I have heard you can and cant use the compressor type cooler. What is the theory here? pick up a cheap thermoelectric one for our cigars or is a compressor type cooler ok?


----------



## nfarrar (Feb 1, 2011)

I have 2 edgestar 28's. Both have been rock solid. The first one has been running for over a year. The second one was delivered with a bum door. It was replaced but took a little longer than I wish it had.


----------



## francone13 (Jan 18, 2011)

MattNJ said:


> if you want the reliable cooler have to shell out the bucks!


I agree but when the wine cooler comes to $500 because of shipping and duties I don't think it is worth it.


----------



## thebayratt (Jun 4, 2009)

bbasaran said:


> I have heard you can and cant use the compressor type cooler. What is the theory here? pick up a cheap thermoelectric one for our cigars or is a compressor type cooler ok?

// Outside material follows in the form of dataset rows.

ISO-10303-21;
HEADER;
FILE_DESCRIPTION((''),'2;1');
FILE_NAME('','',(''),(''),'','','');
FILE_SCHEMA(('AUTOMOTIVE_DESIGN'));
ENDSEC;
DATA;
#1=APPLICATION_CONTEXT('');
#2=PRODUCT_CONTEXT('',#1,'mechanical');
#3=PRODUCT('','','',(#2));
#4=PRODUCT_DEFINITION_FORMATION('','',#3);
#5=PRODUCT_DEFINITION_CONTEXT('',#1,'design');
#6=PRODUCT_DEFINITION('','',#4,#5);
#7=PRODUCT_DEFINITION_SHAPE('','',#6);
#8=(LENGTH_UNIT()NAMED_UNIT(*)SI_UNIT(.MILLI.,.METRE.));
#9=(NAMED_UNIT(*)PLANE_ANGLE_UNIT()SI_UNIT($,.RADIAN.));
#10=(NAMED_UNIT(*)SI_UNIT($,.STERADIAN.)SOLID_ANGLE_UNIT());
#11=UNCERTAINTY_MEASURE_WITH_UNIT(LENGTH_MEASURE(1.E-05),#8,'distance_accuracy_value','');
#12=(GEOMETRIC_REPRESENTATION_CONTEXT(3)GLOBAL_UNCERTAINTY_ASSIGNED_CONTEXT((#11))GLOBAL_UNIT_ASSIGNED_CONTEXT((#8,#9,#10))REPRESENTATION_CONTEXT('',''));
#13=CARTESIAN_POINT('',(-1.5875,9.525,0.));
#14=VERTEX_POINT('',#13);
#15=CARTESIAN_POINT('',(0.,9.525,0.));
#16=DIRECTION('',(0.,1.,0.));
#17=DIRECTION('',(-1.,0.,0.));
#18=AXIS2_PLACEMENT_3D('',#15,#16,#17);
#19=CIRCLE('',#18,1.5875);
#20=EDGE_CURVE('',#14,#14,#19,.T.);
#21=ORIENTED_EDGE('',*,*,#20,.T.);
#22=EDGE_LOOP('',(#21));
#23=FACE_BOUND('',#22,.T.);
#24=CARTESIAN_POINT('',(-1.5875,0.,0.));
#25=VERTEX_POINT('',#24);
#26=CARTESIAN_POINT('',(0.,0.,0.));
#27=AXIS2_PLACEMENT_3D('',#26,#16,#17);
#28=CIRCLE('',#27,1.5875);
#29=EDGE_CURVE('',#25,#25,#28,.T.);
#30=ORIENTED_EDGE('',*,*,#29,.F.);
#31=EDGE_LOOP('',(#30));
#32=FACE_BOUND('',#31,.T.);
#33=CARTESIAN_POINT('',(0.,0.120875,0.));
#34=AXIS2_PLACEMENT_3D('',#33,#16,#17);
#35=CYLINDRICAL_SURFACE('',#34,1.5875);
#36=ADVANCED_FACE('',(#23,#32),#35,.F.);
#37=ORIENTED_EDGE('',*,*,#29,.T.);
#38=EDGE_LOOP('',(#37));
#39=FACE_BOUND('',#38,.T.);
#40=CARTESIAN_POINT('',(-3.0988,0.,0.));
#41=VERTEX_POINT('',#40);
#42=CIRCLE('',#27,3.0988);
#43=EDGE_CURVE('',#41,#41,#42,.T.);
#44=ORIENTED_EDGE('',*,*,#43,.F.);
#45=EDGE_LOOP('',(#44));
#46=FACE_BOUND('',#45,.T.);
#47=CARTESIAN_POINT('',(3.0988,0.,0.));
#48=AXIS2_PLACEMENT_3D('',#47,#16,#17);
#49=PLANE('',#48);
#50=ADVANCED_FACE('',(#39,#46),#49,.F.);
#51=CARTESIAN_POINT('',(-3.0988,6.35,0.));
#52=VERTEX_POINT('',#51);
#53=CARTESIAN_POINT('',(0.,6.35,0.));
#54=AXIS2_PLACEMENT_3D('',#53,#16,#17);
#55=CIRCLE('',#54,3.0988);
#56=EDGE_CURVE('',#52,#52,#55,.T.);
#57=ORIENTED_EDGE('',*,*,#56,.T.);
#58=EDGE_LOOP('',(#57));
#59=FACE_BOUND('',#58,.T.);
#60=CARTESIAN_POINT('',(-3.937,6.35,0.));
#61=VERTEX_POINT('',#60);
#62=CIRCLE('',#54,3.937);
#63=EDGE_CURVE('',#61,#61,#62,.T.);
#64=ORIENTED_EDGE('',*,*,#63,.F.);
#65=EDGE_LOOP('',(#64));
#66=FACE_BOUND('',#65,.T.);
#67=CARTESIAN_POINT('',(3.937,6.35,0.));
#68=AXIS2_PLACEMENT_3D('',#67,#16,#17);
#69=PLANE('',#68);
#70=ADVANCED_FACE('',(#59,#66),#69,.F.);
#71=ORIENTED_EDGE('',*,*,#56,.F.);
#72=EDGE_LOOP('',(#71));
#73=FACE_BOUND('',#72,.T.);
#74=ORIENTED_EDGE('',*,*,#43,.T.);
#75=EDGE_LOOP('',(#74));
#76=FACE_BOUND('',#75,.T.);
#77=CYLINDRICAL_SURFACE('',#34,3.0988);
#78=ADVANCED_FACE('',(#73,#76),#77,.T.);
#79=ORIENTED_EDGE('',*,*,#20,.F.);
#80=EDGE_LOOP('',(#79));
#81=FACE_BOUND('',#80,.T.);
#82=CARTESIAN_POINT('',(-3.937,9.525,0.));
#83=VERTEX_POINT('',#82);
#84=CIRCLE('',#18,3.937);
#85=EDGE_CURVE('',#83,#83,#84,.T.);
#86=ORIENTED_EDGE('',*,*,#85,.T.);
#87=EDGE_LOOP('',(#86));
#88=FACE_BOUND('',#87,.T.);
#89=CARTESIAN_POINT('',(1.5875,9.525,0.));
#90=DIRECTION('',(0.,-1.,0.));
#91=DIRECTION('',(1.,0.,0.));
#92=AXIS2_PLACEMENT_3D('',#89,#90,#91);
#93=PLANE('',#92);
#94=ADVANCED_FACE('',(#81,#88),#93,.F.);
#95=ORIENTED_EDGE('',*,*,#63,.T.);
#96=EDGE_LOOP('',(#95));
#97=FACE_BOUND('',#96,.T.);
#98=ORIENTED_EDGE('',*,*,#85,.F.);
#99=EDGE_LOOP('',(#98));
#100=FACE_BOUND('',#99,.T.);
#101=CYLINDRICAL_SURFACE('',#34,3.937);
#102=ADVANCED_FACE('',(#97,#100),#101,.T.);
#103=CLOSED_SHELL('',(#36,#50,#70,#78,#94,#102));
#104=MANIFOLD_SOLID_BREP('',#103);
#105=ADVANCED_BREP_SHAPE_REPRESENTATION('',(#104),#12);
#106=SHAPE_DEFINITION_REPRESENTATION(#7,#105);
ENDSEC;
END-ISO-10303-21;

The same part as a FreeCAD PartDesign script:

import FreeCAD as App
import Part
import Sketcher
from FreeCAD import Vector
Q = App.Units.Quantity


def add_polygon(sketch, points):
    """Adds a closed chain of lines whose ends are joined by coincident constraints."""
    first, n = sketch.GeometryCount, len(points)
    for a, b in zip(points, points[1:] + points[:1]):
        sketch.addGeometry(Part.LineSegment(App.Vector(*a, 0), App.Vector(*b, 0)), False)
    for i in range(n):
        sketch.addConstraint(Sketcher.Constraint("Coincident", first + i, 2, first + (i + 1) % n, 1))

doc = App.newDocument("Part")
body = doc.addObject("PartDesign::Body", "Body")

# Sketch on XY plane
sketch1 = body.newObject("Sketcher::SketchObject", "Sketch")
sketch1.AttachmentSupport = (doc.getObject("XY_Plane"), [""])
sketch1.MapMode = "FlatFace"
add_polygon(sketch1, [(1.6, 9.5), (1.6, 0), (3.1, 0), (3.1, 6.3), (3.9, 6.3), (3.9, 9.5)])  # lines 0-5
sketch1.addConstraint(Sketcher.Constraint("Vertical", 0))
sketch1.addConstraint(Sketcher.Constraint("Horizontal", 1))
sketch1.addConstraint(Sketcher.Constraint("Vertical", 2))
sketch1.addConstraint(Sketcher.Constraint("Horizontal", 3))
sketch1.addConstraint(Sketcher.Constraint("Vertical", 4))
sketch1.addConstraint(Sketcher.Constraint("Horizontal", 5))
sketch1.addConstraint(Sketcher.Constraint("PointOnObject", 0, 2, -1))
sketch1.addConstraint(Sketcher.Constraint("DistanceY", 2, 1, 2, 2, Q("0.25 in")))
sketch1.addConstraint(Sketcher.Constraint("DistanceX", 3, 1, 3, 2, Q("0.033 in")))
sketch1.addConstraint(Sketcher.Constraint("DistanceY", 0, 2, 0, 1, Q("0.375 in")))
sketch1.addConstraint(Sketcher.Constraint("DistanceX", 1, 1, 1, 2, Q("0.0595 in")))
sketch1.addConstraint(Sketcher.Constraint("DistanceX", -1, 1, 0, 2, Q("0.0625 in")))
revolution = body.newObject("PartDesign::Revolution", "Revolution")
revolution.Profile = sketch1
revolution.ReferenceAxis = (sketch1, ["V_Axis"])
revolution.Angle = 360

doc.recompute()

A compressor type will draw out the RH in the area. They can be used, with a timer. I just went ahead and went with the non-compressor type. The peltier unit (cooling unit) can be replaced alot cheaper than a compressor and is "greener".

I say stick with the non-compressor type. But im sure others will have there 2cents too.


----------



## bbasaran (Mar 20, 2011)

*thebayratt *thank you; I got only 2 options. And I know the Hoover is with a compressor;









But there is no specific information about the noname wine cooler. It is a maybe half size then de Hoover... I will check it asap;

and I dont have any idea why people are using the compressor type if its draw out the RH. This will double the trouble during the sommer time. It will be hot or dry in the Winecooler...


----------



## bbasaran (Mar 20, 2011)

Update: I got the Hoover right beside me now. I will clear it today and give it a try. 2 Diffrent temperature on the top and botom shelfs options are possbile with the Hoover 2336DL. And I know you will not like it but its with a compressor...


----------



## francone13 (Jan 18, 2011)

I tried ordering the Edgestar 28 online but no one would ship to Canada. I went with the Edgestar 16. It didnt cost me much more then my 150ct humi so I figured it was worth it.


----------



## bbasaran (Mar 20, 2011)

Same here. I had only 2 options and ı took the bigger one and believe me it wasnt cheap at all... But Its 3 times then my humi and I can add maybe 10 times more sticks inside so I believe under my conditions this is the best I can get.


----------



## TonyBrooklyn (Jan 28, 2010)

francone13 said:


> It seems like my 100ct humidor some how keeps getting smaller :doh: So im looking into getting a wine cooler but all I keep reading in reviews is that they don't last more then a year or two. If im gonna spend money on this I want something reliable. The temp control is a must in my house thats why im going with a wine fridge and not just a coolerdor. Can anyone recommend any wine cooler that is know to be reliable. I dont mind paying a little more has long as it lasts.


Buy a Vino Temp and get the optional warranty
Or freeze all your sticks and get a cooler much cheaper!!


----------



## JPinDC (Feb 14, 2008)

First time this year my vinotemp needed to cycle on and it is busto. Barely blowing any cool air inside and if you turn the light on the motor will fluctuate. It's still a nice humidor though.


----------